For comparsion - microphoto #2 in Congo red/SDS of dead asci from the same frb - VB's in the asci are dissolved, and some asci clearly shows ascospores inside.
But it turns out that I'm wrong? In this case, I can't understand why asci are died in the last and pre-last mount and paraphyses not.
PS - previous photo was with 40x lens whos resolution can't clearly show small VB's as discrete objects.
>>> You used the term VBs for contents of the ascospores? Or asci? Or paraphyses?
I used the term "VB" in general for any content of vacuoles in all tissues, disregarding of their content type (refractive/non-refractive, lipidic, e.t.c.)

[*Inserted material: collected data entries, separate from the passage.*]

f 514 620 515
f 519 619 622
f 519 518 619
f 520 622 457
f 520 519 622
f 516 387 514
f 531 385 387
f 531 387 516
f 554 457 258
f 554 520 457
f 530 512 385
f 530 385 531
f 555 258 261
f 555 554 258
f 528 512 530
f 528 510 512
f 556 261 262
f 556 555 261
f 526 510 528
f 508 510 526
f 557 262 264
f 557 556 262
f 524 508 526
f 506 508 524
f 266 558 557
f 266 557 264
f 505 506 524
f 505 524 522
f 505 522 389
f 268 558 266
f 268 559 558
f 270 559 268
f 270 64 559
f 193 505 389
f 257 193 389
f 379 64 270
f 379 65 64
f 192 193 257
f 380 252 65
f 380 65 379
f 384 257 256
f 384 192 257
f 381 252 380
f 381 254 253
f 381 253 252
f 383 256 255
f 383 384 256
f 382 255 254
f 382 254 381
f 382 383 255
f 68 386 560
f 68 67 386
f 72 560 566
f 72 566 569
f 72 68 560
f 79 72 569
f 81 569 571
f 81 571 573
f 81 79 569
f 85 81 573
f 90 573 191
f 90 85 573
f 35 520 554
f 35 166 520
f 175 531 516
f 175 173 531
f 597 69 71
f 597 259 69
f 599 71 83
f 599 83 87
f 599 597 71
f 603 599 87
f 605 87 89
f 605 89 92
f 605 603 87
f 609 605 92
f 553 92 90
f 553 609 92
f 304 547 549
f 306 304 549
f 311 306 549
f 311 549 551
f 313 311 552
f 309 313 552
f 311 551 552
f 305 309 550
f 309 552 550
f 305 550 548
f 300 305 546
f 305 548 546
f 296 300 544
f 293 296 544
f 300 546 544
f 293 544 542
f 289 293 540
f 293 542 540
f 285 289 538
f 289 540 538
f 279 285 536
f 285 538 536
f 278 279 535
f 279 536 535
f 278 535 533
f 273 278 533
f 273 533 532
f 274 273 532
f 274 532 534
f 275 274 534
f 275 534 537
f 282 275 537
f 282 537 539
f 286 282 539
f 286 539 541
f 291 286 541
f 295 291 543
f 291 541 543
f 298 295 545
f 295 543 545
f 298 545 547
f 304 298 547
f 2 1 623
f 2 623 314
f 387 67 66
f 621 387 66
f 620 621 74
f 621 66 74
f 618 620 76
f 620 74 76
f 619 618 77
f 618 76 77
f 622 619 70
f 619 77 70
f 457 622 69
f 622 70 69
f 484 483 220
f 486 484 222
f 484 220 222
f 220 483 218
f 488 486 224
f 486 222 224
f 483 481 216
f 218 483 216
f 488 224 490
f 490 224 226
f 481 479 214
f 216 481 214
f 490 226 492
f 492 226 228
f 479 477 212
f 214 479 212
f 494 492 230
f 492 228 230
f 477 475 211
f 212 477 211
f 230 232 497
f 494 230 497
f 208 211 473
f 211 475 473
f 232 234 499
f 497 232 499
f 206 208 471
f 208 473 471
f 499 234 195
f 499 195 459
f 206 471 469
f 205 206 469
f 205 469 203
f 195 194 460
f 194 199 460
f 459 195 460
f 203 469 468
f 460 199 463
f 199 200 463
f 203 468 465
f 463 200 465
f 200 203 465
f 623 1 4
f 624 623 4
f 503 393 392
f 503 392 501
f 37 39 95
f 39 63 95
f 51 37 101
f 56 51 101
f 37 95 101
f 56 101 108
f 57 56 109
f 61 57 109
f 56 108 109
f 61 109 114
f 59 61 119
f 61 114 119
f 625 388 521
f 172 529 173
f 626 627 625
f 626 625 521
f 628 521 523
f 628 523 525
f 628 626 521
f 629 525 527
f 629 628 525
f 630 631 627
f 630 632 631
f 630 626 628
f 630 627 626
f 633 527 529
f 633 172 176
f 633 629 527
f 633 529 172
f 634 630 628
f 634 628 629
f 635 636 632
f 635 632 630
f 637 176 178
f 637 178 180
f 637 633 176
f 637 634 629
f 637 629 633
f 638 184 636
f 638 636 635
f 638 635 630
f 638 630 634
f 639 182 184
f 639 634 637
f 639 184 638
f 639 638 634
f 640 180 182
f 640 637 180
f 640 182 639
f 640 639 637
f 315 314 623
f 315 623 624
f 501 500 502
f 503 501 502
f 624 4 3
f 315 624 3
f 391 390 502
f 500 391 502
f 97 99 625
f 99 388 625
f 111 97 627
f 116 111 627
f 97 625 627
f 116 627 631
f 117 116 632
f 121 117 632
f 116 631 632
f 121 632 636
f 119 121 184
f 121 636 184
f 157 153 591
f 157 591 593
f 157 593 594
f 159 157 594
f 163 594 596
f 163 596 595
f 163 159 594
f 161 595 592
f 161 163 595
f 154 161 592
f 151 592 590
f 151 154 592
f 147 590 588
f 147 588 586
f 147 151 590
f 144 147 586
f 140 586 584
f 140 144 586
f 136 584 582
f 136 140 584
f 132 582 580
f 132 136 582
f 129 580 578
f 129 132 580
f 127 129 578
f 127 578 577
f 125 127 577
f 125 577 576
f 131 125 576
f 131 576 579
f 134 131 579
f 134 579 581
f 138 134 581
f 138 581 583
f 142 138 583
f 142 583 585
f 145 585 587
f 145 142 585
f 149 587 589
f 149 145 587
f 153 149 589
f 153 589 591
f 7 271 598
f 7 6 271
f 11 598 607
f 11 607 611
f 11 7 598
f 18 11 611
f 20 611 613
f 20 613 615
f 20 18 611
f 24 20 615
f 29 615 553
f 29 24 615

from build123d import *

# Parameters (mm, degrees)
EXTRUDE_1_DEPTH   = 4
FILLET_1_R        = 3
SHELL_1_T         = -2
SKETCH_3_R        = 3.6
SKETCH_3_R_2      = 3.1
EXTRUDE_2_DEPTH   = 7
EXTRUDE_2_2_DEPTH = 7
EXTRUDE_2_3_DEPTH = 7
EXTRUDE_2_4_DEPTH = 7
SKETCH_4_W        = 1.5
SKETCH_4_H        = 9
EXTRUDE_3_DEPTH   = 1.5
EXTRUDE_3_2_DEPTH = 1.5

>>> Generally it is possible that your collection experienced some unfavourable events in the field. It can be that apothecia look externally sound but contain no living elements.
Highly likely this is my case. Temperature stress could be another cause of death besides death in the habitat. Being taken from a lying stem from under a layer of last year's leaves in a very wet place in dark dense thickets at a temperature of 12-14C (as surface groundwater), they were placed in a container with wet cotton, and transported for 10-20 minutes at a temperature of 22-24 C (like air). Usually samples of such small fungi, being taken in a wet habitat, not removed from the substrate and placed into in a moist container, continue to mature and begin to sow spores. But in this case, the fruiting bodies really stopped growing, which indicates their death.
I almost always study microscopic features of only fresh living material, and very rarely exsicates. I considered these samples to be a priori alive, and for me this is the first such case for more than 10 years. For me, the study of dead material is unusual. That's why I'm confused.
In any case, thank You very much again for your attention, now everything is clear and I should remember this case.